EXERCISE REQUIREMENTS
Repeat exactly the lines below that lie between the line with "#155=ORIENTED_EDGE('',*,*,#154,.T.);" and the line with "#182=ORIENTED_EDGE('',*,*,#103,.F.);", counting both of those lines as part of the answer.

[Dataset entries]
=-=-=-=-=

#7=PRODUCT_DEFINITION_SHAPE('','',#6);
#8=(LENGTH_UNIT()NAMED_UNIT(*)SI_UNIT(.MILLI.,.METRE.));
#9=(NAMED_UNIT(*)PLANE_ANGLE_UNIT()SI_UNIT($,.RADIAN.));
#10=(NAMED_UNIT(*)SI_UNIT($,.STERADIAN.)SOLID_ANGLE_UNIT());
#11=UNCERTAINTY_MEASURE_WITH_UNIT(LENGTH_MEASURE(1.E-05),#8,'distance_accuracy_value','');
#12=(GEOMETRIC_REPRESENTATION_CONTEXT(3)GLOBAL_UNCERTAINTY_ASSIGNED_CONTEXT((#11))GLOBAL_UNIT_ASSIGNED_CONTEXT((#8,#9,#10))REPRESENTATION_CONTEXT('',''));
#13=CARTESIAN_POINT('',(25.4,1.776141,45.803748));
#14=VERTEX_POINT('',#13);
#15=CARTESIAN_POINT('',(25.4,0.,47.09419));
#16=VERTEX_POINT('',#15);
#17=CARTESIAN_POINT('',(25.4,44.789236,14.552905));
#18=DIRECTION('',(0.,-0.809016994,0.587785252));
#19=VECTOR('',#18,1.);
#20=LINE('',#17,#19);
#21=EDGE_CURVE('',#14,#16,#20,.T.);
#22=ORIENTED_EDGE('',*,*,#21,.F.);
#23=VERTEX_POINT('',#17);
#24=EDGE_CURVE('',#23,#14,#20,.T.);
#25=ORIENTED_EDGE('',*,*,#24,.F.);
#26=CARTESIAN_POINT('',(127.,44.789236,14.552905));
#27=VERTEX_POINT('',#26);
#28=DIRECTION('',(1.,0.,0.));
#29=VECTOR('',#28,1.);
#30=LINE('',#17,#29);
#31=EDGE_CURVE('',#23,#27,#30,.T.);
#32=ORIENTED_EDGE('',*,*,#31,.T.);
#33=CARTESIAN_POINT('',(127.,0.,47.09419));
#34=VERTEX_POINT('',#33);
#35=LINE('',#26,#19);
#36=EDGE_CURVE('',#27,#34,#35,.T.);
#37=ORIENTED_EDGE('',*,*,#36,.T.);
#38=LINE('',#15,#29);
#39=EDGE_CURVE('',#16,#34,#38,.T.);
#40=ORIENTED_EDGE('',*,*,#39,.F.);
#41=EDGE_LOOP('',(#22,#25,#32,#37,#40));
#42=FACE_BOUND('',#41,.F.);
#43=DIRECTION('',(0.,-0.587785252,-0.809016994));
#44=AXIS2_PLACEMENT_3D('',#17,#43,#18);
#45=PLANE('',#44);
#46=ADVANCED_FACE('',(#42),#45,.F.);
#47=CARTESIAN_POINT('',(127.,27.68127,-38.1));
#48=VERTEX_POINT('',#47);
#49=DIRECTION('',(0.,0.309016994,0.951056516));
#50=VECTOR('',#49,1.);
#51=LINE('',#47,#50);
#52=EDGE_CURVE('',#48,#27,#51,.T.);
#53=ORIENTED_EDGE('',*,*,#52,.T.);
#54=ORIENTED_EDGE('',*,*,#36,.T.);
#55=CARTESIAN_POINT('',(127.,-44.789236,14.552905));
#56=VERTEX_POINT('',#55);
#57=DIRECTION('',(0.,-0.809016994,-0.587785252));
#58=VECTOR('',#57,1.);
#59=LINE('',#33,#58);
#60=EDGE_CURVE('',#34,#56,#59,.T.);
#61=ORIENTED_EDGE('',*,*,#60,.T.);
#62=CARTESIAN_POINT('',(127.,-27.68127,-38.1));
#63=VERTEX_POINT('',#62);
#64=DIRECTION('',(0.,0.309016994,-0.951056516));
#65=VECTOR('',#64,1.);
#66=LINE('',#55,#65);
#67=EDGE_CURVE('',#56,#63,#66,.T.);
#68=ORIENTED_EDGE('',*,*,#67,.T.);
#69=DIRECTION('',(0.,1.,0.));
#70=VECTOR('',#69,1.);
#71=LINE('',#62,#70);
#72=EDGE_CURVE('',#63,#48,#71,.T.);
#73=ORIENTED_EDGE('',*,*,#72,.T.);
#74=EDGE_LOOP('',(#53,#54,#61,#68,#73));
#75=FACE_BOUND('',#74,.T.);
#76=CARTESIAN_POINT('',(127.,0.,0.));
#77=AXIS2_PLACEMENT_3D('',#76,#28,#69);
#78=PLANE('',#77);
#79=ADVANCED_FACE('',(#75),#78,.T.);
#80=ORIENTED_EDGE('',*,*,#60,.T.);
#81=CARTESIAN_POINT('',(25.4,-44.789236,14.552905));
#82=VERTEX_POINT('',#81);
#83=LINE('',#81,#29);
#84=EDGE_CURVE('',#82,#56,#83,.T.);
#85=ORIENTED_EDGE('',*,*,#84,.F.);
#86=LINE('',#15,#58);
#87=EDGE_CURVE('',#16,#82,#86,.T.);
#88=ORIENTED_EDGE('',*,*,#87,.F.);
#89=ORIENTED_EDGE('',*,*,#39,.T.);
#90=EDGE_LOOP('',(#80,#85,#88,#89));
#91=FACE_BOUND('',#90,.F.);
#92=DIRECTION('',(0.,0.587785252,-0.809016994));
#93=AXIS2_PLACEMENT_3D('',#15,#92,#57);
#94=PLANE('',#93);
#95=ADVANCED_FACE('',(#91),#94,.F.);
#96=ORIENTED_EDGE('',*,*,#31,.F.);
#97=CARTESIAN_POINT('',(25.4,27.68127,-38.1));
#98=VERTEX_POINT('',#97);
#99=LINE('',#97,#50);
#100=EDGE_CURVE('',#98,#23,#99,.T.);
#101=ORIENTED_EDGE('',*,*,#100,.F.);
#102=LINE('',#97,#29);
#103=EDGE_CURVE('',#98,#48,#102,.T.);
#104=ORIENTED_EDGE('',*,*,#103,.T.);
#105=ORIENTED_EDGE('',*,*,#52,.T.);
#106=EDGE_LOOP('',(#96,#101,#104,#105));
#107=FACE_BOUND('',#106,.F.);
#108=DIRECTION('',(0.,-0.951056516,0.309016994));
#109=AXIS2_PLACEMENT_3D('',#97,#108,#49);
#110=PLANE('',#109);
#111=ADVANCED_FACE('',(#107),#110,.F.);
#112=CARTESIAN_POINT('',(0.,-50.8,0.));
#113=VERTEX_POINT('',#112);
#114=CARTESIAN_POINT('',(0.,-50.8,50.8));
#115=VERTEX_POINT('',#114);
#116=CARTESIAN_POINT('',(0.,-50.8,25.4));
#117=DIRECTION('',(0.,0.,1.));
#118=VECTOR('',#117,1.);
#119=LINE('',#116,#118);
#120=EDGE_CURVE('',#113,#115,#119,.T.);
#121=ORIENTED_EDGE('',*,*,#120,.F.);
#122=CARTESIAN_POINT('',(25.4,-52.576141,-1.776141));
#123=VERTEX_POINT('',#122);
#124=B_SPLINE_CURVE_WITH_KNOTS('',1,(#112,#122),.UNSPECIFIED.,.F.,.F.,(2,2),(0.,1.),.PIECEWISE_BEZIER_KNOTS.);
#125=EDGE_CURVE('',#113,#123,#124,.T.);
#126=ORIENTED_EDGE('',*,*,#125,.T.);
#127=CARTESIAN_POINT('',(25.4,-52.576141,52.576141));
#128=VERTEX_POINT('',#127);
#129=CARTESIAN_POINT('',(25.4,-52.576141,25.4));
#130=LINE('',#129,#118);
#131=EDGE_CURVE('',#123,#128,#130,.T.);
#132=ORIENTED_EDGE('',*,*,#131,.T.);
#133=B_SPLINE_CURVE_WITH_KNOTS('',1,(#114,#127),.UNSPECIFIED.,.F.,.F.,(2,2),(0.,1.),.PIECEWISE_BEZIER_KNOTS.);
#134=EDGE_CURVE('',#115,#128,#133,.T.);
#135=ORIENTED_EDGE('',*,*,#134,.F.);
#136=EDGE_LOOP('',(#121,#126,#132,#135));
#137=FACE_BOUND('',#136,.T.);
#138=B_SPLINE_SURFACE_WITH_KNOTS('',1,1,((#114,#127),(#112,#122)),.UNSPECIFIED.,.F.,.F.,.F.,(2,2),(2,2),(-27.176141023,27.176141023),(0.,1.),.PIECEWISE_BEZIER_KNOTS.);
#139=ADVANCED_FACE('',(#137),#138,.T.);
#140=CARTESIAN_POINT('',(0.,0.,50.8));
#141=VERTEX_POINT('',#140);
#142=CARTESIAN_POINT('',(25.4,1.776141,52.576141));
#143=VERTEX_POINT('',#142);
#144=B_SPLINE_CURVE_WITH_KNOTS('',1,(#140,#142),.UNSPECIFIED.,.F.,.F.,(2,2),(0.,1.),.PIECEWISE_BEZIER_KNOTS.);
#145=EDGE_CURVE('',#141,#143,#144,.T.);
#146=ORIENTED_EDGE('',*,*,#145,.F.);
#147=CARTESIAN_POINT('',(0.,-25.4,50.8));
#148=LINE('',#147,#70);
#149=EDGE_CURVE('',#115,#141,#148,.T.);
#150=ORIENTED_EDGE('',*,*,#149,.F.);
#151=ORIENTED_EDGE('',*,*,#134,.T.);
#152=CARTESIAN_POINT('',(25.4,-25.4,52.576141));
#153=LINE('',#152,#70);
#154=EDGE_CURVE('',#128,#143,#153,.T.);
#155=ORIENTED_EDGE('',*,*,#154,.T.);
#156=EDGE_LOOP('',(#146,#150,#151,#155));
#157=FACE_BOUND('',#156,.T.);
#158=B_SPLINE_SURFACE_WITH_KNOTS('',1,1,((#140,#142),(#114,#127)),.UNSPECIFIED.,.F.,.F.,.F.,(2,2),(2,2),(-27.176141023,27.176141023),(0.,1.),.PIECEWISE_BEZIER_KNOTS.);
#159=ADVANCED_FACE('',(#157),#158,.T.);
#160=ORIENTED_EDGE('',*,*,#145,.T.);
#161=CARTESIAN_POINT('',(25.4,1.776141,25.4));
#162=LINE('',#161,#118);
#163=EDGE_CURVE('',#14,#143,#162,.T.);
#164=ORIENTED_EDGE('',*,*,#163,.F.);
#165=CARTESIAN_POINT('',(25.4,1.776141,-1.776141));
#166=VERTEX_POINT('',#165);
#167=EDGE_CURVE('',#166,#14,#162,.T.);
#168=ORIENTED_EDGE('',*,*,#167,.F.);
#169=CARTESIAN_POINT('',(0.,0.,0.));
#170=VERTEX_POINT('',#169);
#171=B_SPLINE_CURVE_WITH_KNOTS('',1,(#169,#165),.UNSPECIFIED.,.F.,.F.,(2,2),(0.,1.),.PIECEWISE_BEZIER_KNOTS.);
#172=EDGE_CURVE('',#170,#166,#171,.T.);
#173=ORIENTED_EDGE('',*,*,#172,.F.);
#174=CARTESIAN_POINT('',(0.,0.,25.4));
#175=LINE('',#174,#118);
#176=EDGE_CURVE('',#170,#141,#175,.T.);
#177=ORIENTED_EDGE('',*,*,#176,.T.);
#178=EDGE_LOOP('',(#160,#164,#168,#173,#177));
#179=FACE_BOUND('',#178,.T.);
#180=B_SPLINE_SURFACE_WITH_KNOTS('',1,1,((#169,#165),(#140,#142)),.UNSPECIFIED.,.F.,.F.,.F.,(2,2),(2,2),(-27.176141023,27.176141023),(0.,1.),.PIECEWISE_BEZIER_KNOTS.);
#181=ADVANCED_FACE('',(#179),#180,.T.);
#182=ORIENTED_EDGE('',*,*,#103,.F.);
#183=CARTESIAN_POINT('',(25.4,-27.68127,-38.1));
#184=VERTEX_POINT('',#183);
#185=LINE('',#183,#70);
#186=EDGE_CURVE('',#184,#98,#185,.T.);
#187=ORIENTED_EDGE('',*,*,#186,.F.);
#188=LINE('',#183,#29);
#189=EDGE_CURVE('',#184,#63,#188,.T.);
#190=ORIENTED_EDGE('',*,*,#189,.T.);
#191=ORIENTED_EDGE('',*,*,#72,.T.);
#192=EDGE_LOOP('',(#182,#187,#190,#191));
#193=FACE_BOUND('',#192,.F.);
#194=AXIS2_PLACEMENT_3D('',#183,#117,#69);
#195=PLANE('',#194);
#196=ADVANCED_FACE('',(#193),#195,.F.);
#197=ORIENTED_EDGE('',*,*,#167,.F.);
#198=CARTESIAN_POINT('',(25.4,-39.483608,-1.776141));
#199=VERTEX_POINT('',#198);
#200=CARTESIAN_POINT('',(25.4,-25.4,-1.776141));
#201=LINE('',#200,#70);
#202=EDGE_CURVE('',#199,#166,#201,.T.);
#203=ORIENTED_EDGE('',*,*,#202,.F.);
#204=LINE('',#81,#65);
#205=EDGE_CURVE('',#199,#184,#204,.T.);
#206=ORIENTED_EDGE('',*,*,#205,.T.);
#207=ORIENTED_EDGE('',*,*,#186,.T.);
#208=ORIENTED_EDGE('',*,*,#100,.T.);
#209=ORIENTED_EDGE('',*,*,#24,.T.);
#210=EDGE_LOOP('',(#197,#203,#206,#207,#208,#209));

=-=-=-=-=

WRITTEN REPLY
#155=ORIENTED_EDGE('',*,*,#154,.T.);
#156=EDGE_LOOP('',(#146,#150,#151,#155));
#157=FACE_BOUND('',#156,.T.);
#158=B_SPLINE_SURFACE_WITH_KNOTS('',1,1,((#140,#142),(#114,#127)),.UNSPECIFIED.,.F.,.F.,.F.,(2,2),(2,2),(-27.176141023,27.176141023),(0.,1.),.PIECEWISE_BEZIER_KNOTS.);
#159=ADVANCED_FACE('',(#157),#158,.T.);
#160=ORIENTED_EDGE('',*,*,#145,.T.);
#161=CARTESIAN_POINT('',(25.4,1.776141,25.4));
#162=LINE('',#161,#118);
#163=EDGE_CURVE('',#14,#143,#162,.T.);
#164=ORIENTED_EDGE('',*,*,#163,.F.);
#165=CARTESIAN_POINT('',(25.4,1.776141,-1.776141));
#166=VERTEX_POINT('',#165);
#167=EDGE_CURVE('',#166,#14,#162,.T.);
#168=ORIENTED_EDGE('',*,*,#167,.F.);
#169=CARTESIAN_POINT('',(0.,0.,0.));
#170=VERTEX_POINT('',#169);
#171=B_SPLINE_CURVE_WITH_KNOTS('',1,(#169,#165),.UNSPECIFIED.,.F.,.F.,(2,2),(0.,1.),.PIECEWISE_BEZIER_KNOTS.);
#172=EDGE_CURVE('',#170,#166,#171,.T.);
#173=ORIENTED_EDGE('',*,*,#172,.F.);
#174=CARTESIAN_POINT('',(0.,0.,25.4));
#175=LINE('',#174,#118);
#176=EDGE_CURVE('',#170,#141,#175,.T.);
#177=ORIENTED_EDGE('',*,*,#176,.T.);
#178=EDGE_LOOP('',(#160,#164,#168,#173,#177));
#179=FACE_BOUND('',#178,.T.);
#180=B_SPLINE_SURFACE_WITH_KNOTS('',1,1,((#169,#165),(#140,#142)),.UNSPECIFIED.,.F.,.F.,.F.,(2,2),(2,2),(-27.176141023,27.176141023),(0.,1.),.PIECEWISE_BEZIER_KNOTS.);
#181=ADVANCED_FACE('',(#179),#180,.T.);
#182=ORIENTED_EDGE('',*,*,#103,.F.);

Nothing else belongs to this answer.